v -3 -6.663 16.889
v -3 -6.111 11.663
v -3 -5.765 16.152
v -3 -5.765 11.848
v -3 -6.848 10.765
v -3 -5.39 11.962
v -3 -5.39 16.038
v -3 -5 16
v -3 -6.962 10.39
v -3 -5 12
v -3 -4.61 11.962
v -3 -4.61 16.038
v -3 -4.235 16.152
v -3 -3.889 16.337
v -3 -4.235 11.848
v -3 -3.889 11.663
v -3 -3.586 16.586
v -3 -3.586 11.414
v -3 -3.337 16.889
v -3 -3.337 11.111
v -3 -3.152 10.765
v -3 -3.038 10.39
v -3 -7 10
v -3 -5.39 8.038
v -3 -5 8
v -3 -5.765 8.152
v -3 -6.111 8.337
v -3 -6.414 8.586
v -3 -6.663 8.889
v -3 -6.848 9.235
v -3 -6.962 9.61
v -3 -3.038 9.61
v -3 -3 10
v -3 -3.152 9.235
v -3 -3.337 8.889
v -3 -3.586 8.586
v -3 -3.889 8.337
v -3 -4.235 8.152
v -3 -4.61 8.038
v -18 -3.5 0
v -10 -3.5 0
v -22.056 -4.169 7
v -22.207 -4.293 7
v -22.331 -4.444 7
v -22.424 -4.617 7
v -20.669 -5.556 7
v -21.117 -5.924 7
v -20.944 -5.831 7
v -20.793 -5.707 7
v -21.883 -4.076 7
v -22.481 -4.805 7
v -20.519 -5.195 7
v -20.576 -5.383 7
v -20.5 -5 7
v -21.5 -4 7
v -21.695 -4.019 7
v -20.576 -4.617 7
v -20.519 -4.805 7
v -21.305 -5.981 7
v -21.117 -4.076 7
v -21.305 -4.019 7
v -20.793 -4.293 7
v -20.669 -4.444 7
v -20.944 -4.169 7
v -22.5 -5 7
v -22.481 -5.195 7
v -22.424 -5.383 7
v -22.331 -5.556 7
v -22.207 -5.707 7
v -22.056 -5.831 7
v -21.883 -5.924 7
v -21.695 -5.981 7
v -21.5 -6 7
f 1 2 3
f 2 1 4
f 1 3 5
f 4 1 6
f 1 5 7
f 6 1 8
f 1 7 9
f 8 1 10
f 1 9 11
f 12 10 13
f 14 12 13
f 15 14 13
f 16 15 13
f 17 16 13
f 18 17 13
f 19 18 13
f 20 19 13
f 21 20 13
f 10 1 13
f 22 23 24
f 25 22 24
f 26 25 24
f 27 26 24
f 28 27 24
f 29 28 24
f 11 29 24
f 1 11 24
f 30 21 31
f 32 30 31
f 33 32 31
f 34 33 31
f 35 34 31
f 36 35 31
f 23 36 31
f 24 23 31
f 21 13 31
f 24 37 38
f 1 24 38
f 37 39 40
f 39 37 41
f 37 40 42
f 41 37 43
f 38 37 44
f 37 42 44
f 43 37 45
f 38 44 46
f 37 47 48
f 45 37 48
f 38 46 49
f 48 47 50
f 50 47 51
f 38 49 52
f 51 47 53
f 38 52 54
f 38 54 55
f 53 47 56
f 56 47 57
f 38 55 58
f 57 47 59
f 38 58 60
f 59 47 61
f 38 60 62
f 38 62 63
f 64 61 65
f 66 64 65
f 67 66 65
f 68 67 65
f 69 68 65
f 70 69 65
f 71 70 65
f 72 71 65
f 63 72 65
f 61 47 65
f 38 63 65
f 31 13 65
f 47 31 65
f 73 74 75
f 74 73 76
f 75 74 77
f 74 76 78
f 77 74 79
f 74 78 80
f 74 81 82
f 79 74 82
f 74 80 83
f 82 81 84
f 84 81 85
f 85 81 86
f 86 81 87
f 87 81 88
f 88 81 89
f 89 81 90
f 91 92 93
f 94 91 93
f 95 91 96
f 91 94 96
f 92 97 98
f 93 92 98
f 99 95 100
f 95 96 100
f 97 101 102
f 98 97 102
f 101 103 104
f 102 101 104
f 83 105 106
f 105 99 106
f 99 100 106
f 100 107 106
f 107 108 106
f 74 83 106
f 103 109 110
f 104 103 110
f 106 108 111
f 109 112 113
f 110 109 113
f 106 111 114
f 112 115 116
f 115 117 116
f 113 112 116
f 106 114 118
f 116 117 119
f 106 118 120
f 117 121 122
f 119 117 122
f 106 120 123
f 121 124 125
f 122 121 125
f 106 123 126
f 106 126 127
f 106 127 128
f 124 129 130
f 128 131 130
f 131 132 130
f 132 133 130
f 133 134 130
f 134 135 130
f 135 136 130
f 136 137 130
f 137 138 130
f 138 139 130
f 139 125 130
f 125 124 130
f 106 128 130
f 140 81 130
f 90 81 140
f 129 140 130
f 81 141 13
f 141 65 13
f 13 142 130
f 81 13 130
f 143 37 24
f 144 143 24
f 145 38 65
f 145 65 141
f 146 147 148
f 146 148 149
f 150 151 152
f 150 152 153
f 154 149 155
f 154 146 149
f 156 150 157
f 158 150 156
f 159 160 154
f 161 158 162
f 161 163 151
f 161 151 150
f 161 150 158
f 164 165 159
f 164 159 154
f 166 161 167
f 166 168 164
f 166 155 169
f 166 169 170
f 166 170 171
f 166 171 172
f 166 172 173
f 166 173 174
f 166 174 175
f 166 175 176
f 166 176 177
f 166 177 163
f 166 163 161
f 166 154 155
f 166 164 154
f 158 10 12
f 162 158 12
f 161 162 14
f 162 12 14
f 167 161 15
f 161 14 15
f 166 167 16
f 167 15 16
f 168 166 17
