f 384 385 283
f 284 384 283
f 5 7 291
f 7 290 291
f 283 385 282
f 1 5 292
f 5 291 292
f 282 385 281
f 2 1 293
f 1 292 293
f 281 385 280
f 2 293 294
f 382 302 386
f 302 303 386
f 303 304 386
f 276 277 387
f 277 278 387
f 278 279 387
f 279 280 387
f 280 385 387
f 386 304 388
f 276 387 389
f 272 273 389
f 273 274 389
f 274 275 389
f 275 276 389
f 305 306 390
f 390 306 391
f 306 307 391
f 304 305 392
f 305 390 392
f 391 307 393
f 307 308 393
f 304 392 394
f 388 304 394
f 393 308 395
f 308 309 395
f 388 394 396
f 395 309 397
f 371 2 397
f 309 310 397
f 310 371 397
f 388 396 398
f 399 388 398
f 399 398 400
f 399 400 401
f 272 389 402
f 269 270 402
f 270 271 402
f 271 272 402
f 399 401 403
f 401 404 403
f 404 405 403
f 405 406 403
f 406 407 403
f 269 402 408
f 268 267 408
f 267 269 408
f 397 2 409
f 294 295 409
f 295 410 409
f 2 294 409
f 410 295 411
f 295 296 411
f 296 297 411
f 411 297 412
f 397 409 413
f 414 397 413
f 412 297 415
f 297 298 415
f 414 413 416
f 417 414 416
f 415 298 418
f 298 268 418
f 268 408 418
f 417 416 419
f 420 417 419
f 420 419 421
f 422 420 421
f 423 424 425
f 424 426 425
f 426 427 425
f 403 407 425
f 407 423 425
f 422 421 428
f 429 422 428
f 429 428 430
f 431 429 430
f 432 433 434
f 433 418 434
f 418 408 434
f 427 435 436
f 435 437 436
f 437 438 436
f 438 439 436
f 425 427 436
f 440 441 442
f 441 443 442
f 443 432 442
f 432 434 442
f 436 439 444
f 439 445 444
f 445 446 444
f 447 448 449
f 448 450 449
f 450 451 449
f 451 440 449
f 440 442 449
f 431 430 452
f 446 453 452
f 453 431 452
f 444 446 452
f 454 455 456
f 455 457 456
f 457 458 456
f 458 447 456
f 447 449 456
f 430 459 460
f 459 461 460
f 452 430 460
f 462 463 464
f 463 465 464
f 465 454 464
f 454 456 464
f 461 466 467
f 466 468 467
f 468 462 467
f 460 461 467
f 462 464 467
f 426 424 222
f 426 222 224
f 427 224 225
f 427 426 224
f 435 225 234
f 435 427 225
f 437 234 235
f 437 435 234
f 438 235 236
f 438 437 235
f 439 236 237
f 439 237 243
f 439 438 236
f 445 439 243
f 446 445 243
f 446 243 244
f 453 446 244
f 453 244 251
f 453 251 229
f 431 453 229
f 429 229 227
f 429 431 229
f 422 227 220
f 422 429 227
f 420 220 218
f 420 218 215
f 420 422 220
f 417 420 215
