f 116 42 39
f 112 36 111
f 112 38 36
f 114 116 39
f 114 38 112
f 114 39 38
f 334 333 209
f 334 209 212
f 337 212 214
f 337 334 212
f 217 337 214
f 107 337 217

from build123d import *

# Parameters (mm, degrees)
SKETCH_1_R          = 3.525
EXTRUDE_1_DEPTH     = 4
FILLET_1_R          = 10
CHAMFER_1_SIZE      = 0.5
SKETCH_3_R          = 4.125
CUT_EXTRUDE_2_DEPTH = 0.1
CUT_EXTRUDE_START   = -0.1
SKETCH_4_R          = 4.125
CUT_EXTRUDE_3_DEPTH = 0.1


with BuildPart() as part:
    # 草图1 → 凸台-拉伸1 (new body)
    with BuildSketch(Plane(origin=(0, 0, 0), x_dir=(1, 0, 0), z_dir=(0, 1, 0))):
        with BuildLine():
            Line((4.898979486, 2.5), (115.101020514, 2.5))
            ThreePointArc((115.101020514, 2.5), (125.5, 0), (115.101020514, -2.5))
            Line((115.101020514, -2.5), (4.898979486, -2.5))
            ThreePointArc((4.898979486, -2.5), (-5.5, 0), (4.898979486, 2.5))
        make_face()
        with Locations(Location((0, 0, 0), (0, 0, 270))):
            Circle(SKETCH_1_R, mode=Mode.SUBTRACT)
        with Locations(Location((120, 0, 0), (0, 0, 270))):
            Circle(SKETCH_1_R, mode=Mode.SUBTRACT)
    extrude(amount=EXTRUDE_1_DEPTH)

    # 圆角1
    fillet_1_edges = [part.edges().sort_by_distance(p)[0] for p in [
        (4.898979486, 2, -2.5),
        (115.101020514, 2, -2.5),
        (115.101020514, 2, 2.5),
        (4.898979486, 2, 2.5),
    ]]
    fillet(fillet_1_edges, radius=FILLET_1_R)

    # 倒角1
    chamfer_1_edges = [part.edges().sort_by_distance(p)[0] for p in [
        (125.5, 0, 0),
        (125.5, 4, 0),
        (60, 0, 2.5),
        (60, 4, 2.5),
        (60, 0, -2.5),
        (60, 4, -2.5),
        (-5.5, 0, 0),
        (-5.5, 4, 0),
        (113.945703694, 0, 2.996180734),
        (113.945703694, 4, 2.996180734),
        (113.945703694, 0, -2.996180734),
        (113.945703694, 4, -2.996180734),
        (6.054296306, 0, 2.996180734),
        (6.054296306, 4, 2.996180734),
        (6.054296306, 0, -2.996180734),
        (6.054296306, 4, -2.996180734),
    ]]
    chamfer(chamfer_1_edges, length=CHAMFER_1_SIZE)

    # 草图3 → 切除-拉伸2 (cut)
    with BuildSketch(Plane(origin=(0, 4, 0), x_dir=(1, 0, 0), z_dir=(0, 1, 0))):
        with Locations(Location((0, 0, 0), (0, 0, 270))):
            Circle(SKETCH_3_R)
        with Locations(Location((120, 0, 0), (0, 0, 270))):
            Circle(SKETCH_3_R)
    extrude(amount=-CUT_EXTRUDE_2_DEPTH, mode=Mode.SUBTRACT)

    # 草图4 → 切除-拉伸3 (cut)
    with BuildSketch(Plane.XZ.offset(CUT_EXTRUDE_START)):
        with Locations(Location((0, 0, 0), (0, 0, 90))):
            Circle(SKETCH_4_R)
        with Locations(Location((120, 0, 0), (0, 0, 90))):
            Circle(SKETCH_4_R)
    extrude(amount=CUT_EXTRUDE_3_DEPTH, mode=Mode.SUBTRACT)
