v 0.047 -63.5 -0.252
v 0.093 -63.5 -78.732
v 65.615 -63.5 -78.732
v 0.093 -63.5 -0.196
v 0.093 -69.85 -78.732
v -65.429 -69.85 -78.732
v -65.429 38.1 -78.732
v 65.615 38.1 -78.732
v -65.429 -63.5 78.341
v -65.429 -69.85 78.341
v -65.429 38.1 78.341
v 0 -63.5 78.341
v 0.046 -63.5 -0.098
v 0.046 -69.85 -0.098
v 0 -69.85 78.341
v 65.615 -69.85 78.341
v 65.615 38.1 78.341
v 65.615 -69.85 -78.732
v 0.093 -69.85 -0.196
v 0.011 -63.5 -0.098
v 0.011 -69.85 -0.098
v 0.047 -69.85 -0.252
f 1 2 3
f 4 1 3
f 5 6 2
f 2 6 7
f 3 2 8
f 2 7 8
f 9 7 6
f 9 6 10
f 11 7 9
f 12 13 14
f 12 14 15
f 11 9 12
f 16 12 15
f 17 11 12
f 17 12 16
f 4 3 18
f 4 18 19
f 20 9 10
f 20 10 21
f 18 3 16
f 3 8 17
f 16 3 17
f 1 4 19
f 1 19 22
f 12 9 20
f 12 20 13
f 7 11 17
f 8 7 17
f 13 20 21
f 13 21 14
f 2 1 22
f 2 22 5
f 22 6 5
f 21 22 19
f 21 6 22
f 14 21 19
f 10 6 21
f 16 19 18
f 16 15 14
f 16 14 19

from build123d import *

# Parameters (mm, degrees)
F0_W     = 131.0434639454
F0_H     = 157.073289156
F1_DEPTH = 38.1
F3_DEPTH = 25.4
F4_DEPTH = 31.75
F5_DEPTH = 25.4
F6_DEPTH = 25.4


with BuildPart() as f1:
    # F0 (on Front) → F1 (new body, symmetric)
    with BuildSketch(Plane.XZ):
        with Locations((0.093087554, -0.1957640052)):
            Rectangle(F0_W, F0_H)
    extrude(amount=F1_DEPTH, both=True)

    # F2 (on face) → F3 (join)
    with BuildSketch(Plane.XZ.offset(38.1)):
        Polygon((65.6148195267, -78.7324085832), (0.093087554, -0.1957640052), (0.0465768162, -0.2515134058), (0.093087554, -78.7324085832), align=None)
        Polygon((0.0464857272, -0.0978123848), (0, 78.3408805728), (-65.4286444187, 78.3408805728), (0.0113244291, -0.0977598578), align=None)
    extrude(amount=F3_DEPTH)

    # F4 (add): a face of the model
    f4_faces = [f1.faces().sort_by_distance(p)[0] for p in [
        (0.0930765329, -38.1, -0.1771720733),
    ]]
    extrude(f4_faces, amount=F4_DEPTH)

    # F5 (add): a face of the model
    f5_faces = [f1.faces().sort_by_distance(p)[0] for p in [
        (0.093087554, 38.1, -0.1957640052),
    ]]
    extrude(f5_faces, amount=-F5_DEPTH)

    # F6 (add): a face of the model
    f6_faces = [f1.faces().sort_by_distance(p)[0] for p in [
        (0.093087554, 38.1, -0.1957640052),
    ]]
    extrude(f6_faces, amount=-F6_DEPTH)


solid = f1.part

* [TASK INSTRUCTIONS]: Write out exactly the lines that fall from the line with "f 162 12 14" to the line with "f 445 446 444" in the records above, keeping both ends.

* [TASK ANSWER]:
f 162 12 14
f 167 161 15
f 161 14 15
f 166 167 16
f 167 15 16
f 168 166 17
f 384 385 283
f 284 384 283
f 5 7 291
f 7 290 291
f 283 385 282
f 1 5 292
f 5 291 292
f 282 385 281
f 2 1 293
f 1 292 293
f 281 385 280
f 2 293 294
f 382 302 386
f 302 303 386
f 303 304 386
f 276 277 387
f 277 278 387
f 278 279 387
f 279 280 387
f 280 385 387
f 386 304 388
f 276 387 389
f 272 273 389
f 273 274 389
f 274 275 389
f 275 276 389
f 305 306 390
f 390 306 391
f 306 307 391
f 304 305 392
f 305 390 392
f 391 307 393
f 307 308 393
f 304 392 394
f 388 304 394
f 393 308 395
f 308 309 395
f 388 394 396
f 395 309 397
f 371 2 397
f 309 310 397
f 310 371 397
f 388 396 398
f 399 388 398
f 399 398 400
f 399 400 401
f 272 389 402
f 269 270 402
f 270 271 402
f 271 272 402
f 399 401 403
f 401 404 403
f 404 405 403
f 405 406 403
f 406 407 403
f 269 402 408
f 268 267 408
f 267 269 408
f 397 2 409
f 294 295 409
f 295 410 409
f 2 294 409
f 410 295 411
f 295 296 411
f 296 297 411
f 411 297 412
f 397 409 413
f 414 397 413
f 412 297 415
f 297 298 415
f 414 413 416
f 417 414 416
f 415 298 418
f 298 268 418
f 268 408 418
f 417 416 419
f 420 417 419
f 420 419 421
f 422 420 421
f 423 424 425
f 424 426 425
f 426 427 425
f 403 407 425
f 407 423 425
f 422 421 428
f 429 422 428
f 429 428 430
f 431 429 430
f 432 433 434
f 433 418 434
f 418 408 434
f 427 435 436
f 435 437 436
f 437 438 436
f 438 439 436
f 425 427 436
f 440 441 442
f 441 443 442
f 443 432 442
f 432 434 442
f 436 439 444
f 439 445 444
f 445 446 444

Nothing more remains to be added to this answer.